We found a nice café to refuel at in San Nicolas. It’s a good idea to replenish your energy levels here and ensure you’ve got enough water and snacks with you for the journey; Valley of the Tears is very remote and you won’t find shops/restaurants to help you out if you bonk!
These are ones we noticed while riding – there may well be others! Add your favourites in the comments below.
Restaurante Las Canadas, Carretera GC 200, km 97, Veneguera
Bar Cafeteria Semidan, Calle Alfonso XIII, 6, La Aldea de San Nicolas
Chiringuito Veneguera Los Azulejos, Los Azulejos, Carretera San Nicolas
Fran’s Pizza House, Calle Algonso, 13, La Aldea de San Nicolas
Casa Melo, Ayacata, 37, San Bartolomé [There are a few cafés in this little row in Ayacata – it’s not obvious which is best!]

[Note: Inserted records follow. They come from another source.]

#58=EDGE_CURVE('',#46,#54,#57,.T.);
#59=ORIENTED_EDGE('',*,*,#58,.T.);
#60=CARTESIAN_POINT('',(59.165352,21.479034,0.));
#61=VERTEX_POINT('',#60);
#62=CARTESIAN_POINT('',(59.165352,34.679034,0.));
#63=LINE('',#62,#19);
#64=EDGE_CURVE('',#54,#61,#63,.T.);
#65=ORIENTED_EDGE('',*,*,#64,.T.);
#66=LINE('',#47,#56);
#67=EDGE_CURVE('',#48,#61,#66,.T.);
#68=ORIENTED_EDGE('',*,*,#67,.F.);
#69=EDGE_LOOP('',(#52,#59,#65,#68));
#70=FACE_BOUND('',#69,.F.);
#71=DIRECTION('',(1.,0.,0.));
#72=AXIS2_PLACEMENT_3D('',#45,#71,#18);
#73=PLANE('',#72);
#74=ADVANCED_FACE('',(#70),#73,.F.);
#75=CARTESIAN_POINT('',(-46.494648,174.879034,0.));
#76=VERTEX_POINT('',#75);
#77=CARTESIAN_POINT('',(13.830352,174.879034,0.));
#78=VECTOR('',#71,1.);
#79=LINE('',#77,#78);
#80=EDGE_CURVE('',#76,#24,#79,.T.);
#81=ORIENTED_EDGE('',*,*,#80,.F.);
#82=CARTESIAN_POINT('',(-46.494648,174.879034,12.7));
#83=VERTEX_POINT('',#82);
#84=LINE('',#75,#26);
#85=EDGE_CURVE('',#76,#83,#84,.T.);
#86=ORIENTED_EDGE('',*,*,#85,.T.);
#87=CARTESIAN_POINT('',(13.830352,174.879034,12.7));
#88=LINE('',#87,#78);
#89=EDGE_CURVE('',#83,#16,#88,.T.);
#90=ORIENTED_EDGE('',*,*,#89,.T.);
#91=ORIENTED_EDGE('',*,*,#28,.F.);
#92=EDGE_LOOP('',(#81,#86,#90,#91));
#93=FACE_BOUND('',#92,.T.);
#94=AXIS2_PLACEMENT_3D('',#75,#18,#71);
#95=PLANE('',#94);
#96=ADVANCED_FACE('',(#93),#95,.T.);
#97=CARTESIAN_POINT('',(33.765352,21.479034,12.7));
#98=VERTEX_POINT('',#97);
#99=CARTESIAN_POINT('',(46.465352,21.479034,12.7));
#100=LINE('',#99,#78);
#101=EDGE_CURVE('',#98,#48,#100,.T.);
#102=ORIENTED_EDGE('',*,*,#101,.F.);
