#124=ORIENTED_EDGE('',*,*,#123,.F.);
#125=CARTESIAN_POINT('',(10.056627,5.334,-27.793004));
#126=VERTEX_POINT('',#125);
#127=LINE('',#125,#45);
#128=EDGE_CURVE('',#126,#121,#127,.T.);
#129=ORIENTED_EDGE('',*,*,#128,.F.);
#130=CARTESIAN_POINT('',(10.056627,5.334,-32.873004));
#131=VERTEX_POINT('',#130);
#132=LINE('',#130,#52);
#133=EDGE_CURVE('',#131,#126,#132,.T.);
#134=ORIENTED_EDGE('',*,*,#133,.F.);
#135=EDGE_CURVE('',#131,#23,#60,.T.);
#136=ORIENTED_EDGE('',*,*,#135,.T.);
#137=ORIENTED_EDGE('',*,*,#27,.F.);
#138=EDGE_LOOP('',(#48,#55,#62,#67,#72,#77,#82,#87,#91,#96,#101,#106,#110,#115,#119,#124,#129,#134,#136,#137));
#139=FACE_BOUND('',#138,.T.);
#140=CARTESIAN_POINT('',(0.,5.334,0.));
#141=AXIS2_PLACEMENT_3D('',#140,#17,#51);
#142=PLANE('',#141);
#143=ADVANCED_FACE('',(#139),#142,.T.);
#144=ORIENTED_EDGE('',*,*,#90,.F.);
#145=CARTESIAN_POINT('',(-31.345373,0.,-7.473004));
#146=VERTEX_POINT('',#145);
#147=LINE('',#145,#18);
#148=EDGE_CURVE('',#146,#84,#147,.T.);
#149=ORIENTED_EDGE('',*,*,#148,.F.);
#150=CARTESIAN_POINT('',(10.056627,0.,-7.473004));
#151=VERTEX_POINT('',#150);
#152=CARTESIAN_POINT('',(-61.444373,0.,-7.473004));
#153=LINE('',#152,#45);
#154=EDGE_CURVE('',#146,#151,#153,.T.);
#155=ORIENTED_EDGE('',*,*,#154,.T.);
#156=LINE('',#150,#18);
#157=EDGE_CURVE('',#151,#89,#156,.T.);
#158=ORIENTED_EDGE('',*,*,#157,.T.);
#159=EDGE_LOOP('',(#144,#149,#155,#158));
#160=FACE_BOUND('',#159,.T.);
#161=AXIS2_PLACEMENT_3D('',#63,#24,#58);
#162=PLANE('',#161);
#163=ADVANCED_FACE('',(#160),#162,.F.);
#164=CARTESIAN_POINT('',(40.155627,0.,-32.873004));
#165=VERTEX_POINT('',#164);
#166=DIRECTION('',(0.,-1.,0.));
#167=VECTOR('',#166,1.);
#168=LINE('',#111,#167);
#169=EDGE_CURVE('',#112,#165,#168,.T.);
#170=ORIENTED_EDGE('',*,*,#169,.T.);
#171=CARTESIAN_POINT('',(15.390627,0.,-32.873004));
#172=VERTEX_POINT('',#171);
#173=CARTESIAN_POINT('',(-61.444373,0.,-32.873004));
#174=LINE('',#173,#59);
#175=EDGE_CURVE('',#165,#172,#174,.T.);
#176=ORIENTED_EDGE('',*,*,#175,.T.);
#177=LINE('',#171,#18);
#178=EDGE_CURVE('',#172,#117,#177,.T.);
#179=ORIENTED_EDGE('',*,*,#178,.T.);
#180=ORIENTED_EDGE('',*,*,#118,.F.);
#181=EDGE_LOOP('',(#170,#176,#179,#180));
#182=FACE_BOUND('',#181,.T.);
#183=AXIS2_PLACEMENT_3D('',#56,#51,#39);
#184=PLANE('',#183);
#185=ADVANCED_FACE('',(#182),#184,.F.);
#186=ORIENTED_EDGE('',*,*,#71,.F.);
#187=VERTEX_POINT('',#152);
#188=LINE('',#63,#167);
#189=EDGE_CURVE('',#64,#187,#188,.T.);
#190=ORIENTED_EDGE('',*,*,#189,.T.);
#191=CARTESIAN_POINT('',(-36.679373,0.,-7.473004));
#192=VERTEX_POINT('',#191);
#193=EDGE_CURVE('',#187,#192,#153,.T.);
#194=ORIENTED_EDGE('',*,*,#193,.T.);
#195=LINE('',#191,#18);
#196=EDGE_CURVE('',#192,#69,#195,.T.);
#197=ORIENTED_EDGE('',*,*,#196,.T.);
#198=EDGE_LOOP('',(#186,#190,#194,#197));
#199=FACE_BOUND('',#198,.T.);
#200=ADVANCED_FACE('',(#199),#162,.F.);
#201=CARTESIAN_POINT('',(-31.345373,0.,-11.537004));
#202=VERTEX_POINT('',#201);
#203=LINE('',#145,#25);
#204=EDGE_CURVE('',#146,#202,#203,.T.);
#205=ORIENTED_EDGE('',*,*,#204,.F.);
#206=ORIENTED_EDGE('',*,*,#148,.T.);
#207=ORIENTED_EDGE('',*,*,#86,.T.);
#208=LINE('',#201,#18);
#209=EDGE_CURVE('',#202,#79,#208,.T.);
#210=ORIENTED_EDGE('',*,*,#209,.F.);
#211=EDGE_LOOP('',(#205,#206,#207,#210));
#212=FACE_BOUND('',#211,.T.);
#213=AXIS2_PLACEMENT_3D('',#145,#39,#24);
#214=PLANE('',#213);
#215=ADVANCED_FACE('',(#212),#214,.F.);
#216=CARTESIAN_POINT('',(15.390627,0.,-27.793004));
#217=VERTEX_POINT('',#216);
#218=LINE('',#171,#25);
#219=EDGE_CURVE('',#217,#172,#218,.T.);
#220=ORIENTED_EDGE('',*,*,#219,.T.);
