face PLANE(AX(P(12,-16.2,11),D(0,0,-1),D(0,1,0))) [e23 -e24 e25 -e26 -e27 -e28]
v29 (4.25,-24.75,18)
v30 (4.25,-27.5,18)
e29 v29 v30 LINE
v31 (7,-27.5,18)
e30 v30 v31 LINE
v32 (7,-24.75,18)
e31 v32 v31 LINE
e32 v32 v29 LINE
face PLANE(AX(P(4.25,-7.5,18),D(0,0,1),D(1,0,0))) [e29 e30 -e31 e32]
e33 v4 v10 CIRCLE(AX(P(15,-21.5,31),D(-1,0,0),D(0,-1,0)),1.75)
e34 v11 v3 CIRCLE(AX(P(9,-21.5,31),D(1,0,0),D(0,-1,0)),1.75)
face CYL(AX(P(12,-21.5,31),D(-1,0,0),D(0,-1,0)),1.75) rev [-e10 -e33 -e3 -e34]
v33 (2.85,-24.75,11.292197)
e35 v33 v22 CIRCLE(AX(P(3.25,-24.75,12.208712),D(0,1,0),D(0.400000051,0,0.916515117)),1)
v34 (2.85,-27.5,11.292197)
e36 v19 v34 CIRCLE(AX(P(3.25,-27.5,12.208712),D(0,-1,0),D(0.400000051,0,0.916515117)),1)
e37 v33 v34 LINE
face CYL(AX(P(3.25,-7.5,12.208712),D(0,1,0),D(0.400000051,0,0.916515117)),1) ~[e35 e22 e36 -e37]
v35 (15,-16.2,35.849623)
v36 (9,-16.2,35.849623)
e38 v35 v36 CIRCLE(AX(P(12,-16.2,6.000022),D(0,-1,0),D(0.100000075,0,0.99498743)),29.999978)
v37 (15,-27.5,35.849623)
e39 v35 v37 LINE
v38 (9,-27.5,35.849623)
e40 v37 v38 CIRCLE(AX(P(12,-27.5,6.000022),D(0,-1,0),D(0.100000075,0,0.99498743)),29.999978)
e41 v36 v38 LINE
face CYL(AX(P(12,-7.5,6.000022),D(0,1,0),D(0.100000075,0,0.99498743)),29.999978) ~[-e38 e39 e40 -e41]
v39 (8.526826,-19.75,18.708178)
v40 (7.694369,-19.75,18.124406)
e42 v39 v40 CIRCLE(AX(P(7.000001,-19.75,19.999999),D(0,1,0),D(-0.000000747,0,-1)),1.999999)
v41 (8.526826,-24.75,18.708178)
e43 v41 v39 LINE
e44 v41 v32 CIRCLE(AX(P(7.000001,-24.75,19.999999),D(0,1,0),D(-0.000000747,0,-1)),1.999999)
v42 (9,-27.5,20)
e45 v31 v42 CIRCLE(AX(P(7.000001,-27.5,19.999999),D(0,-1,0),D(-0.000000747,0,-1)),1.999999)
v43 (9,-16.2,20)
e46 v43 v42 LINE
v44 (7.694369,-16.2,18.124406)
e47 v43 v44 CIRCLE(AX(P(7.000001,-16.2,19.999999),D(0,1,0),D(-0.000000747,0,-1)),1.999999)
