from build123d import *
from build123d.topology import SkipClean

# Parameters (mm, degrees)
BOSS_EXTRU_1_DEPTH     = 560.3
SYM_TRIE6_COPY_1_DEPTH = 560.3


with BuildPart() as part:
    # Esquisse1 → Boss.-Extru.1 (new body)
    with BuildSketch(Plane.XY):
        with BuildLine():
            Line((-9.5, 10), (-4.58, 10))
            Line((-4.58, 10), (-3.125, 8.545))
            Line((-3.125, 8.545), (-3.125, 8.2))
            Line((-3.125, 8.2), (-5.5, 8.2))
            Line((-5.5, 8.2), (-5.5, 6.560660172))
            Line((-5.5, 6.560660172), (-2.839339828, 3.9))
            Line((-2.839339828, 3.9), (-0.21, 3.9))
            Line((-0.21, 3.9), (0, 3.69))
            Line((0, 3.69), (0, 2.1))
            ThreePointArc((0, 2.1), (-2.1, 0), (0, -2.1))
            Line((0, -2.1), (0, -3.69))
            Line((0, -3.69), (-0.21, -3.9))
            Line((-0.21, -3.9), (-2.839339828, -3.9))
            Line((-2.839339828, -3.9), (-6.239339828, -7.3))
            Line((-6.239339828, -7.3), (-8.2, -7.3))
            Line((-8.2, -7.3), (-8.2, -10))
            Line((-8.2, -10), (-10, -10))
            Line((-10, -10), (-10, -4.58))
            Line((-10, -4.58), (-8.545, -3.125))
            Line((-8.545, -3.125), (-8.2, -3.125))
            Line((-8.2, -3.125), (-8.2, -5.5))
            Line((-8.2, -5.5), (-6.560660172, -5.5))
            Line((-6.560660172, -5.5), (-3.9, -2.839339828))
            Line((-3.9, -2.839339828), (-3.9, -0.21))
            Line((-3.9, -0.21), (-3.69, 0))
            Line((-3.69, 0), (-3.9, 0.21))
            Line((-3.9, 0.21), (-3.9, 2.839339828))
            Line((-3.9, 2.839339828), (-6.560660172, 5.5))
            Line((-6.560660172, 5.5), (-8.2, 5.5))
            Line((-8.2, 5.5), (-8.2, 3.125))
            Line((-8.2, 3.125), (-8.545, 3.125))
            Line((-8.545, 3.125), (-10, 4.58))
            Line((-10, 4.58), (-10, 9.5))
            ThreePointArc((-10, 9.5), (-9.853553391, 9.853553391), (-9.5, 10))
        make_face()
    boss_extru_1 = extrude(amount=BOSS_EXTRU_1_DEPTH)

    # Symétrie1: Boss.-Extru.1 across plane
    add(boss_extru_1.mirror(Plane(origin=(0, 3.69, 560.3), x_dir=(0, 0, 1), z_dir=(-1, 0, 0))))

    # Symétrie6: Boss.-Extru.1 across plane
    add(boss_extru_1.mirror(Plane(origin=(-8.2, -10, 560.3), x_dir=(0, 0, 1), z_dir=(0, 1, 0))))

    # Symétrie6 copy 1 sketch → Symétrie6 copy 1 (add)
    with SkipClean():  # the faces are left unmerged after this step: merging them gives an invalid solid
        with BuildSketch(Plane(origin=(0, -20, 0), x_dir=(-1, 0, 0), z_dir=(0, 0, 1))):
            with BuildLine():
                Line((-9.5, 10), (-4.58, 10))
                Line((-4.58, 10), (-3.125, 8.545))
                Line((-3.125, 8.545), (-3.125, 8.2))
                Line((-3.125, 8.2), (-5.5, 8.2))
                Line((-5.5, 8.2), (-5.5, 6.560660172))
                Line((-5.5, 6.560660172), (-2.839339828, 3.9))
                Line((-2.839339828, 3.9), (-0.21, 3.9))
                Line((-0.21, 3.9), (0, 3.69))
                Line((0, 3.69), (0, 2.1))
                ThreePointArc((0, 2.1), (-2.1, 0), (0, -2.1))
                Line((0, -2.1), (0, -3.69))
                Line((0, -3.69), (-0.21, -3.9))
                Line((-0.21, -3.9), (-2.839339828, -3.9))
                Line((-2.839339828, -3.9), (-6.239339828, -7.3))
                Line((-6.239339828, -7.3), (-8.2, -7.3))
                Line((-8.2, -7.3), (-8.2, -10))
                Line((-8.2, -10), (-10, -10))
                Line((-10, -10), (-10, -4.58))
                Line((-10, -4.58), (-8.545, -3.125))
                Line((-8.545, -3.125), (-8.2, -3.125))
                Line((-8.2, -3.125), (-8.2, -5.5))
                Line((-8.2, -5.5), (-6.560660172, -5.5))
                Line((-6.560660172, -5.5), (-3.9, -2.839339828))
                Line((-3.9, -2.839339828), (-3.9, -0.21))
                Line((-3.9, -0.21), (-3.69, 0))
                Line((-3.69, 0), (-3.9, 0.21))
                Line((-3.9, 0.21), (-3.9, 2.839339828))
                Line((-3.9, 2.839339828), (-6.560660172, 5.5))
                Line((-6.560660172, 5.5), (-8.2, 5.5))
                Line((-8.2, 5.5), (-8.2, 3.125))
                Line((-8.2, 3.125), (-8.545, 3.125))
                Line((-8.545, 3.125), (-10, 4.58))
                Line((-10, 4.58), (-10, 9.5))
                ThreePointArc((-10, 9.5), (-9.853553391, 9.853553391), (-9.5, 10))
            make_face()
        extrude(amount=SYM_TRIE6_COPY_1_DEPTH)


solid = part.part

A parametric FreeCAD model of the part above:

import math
import FreeCAD as App
import Part
import Sketcher

V = App.Vector

doc = App.newDocument("Part")
body = doc.addObject("PartDesign::Body", "Body")

# Sketch on XY plane
sketch1 = body.newObject("Sketcher::SketchObject", "Sketch")
sketch1.AttachmentSupport = (doc.getObject("XY_Plane"), [""])
sketch1.MapMode = "FlatFace"
sketch1.addGeometry(Part.LineSegment(V(-4.58, 10, 0), V(-9.5, 10, 0)), False)
sketch1.addGeometry(Part.ArcOfCircle(Part.Circle(V(-9.5, 9.5, 0), V(0, 0, 1), 0.5), math.radians(90), math.radians(180)), False)
sketch1.addGeometry(Part.LineSegment(V(-10, 9.5, 0), V(-10, 4.58, 0)), False)
sketch1.addGeometry(Part.LineSegment(V(-10, 4.58, 0), V(-8.54, 3.12, 0)), False)
sketch1.addGeometry(Part.LineSegment(V(-8.54, 3.12, 0), V(-8.2, 3.12, 0)), False)
sketch1.addGeometry(Part.LineSegment(V(-8.2, 3.12, 0), V(-8.2, 5.5, 0)), False)
sketch1.addGeometry(Part.LineSegment(V(-8.2, 5.5, 0), V(-6.56, 5.5, 0)), False)
sketch1.addGeometry(Part.LineSegment(V(-6.56, 5.5, 0), V(-3.9, 2.84, 0)), False)
sketch1.addGeometry(Part.LineSegment(V(-3.9, 2.84, 0), V(-3.9, 0.21, 0)), False)
sketch1.addGeometry(Part.LineSegment(V(-3.9, 0.21, 0), V(-3.69, 0, 0)), False)
sketch1.addGeometry(Part.LineSegment(V(-3.69, 0, 0), V(-3.9, -0.21, 0)), False)
sketch1.addGeometry(Part.LineSegment(V(-3.9, -0.21, 0), V(-3.9, -2.84, 0)), False)
sketch1.addGeometry(Part.LineSegment(V(-3.9, -2.84, 0), V(-6.56, -5.5, 0)), False)
sketch1.addGeometry(Part.LineSegment(V(-6.56, -5.5, 0), V(-8.2, -5.5, 0)), False)
sketch1.addGeometry(Part.LineSegment(V(-8.2, -5.5, 0), V(-8.2, -3.12, 0)), False)
sketch1.addGeometry(Part.LineSegment(V(-8.2, -3.12, 0), V(-8.54, -3.12, 0)), False)
sketch1.addGeometry(Part.LineSegment(V(-8.54, -3.12, 0), V(-10, -4.58, 0)), False)
sketch1.addGeometry(Part.LineSegment(V(-10, -4.58, 0), V(-10, -10, 0)), False)
sketch1.addGeometry(Part.LineSegment(V(-10, -10, 0), V(-8.2, -10, 0)), False)
sketch1.addGeometry(Part.LineSegment(V(-8.2, -10, 0), V(-8.2, -7.3, 0)), False)
sketch1.addGeometry(Part.LineSegment(V(-8.2, -7.3, 0), V(-6.24, -7.3, 0)), False)
sketch1.addGeometry(Part.LineSegment(V(-6.24, -7.3, 0), V(-2.84, -3.9, 0)), False)
sketch1.addGeometry(Part.LineSegment(V(-2.84, -3.9, 0), V(-0.21, -3.9, 0)), False)
sketch1.addGeometry(Part.LineSegment(V(-0.21, -3.9, 0), V(0, -3.69, 0)), False)
sketch1.addGeometry(Part.LineSegment(V(0, -3.69, 0), V(0, -2.1, 0)), False)
sketch1.addGeometry(Part.ArcOfCircle(Part.Circle(V(0, 0, 0), V(0, 0, 1), 2.1), math.radians(90), math.radians(270)), False)
sketch1.addGeometry(Part.LineSegment(V(0, 2.1, 0), V(0, 3.69, 0)), False)
sketch1.addGeometry(Part.LineSegment(V(0, 3.69, 0), V(-0.21, 3.9, 0)), False)
sketch1.addGeometry(Part.LineSegment(V(-0.21, 3.9, 0), V(-2.84, 3.9, 0)), False)
sketch1.addGeometry(Part.LineSegment(V(-2.84, 3.9, 0), V(-5.5, 6.56, 0)), False)
sketch1.addGeometry(Part.LineSegment(V(-5.5, 6.56, 0), V(-5.5, 8.2, 0)), False)
sketch1.addGeometry(Part.LineSegment(V(-5.5, 8.2, 0), V(-3.12, 8.2, 0)), False)
sketch1.addGeometry(Part.LineSegment(V(-3.12, 8.2, 0), V(-3.12, 8.54, 0)), False)
sketch1.addGeometry(Part.LineSegment(V(-3.12, 8.54, 0), V(-4.58, 10, 0)), False)
sketch1.addConstraint(Sketcher.Constraint("Tangent", 0, 2, 1, 1))
sketch1.addConstraint(Sketcher.Constraint("Tangent", 1, 2, 2, 1))
sketch1.addConstraint(Sketcher.Constraint("Coincident", 2, 2, 3, 1))
sketch1.addConstraint(Sketcher.Constraint("Coincident", 3, 2, 4, 1))
sketch1.addConstraint(Sketcher.Constraint("Coincident", 4, 2, 5, 1))
sketch1.addConstraint(Sketcher.Constraint("Coincident", 5, 2, 6, 1))
sketch1.addConstraint(Sketcher.Constraint("Coincident", 6, 2, 7, 1))
sketch1.addConstraint(Sketcher.Constraint("Coincident", 7, 2, 8, 1))
sketch1.addConstraint(Sketcher.Constraint("Coincident", 8, 2, 9, 1))
sketch1.addConstraint(Sketcher.Constraint("Coincident", 9, 2, 10, 1))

Mogán is the best base for this ride. It’s doable from Maspalomas, but you either need to be up for a very long day in the saddle or get a transfer to the start.
Don’t miss our tips for riding in Gran Canaria and loads of other information in our ultimate guide to Gran Canaria.
If you’re staying in Maspalomas rather than Puerto de Mogán, there are three options to do this loop – be aware they’ll all add extra distance and climbing to your route:
There’s a bit of scope to make this route easier by removing the out and back up to the Mirador del Balcón on the GC200, just before San Nicolas.
We found the road surfaces generally pretty good, with the notable exceptions of the GC210, the Valley of the Tears (GC606), and the first third of the descent from Ayacata on the GC505.
Also much of the road to Mirador del Balcón – the GC200 – is not in a great state, probably no surprise since the road has been closed after the Mirador since 2015 due to a landslide and doesn’t look likely to open any time soon.
Ride this route in the direction we’ve suggested. You really don’t want to be descending Valley of the Tears – we came across someone doing that and the screeching rim brakes didn’t sound much fun. The road surface would also make it a seriously uncomfortable ride.
General points of interest
The Azulejos de Veneguera have been classified of international importance for their interesting mineral deposits formed about 14 million years ago during volcanic eruptions at the edge of the volcanic crater Caldera of Tejede.
The GC210 runs along a canyon where the central drainage basin of the island opens up towards the valley of La Aldea and the sea. The three reservoirs you see are testament to how the waterway has been managed. La Presa de Caidero de la Niña reservoir has important historic value because it was the first time concrete was used in such constructions in the Canary Islands. It was finished in 1958.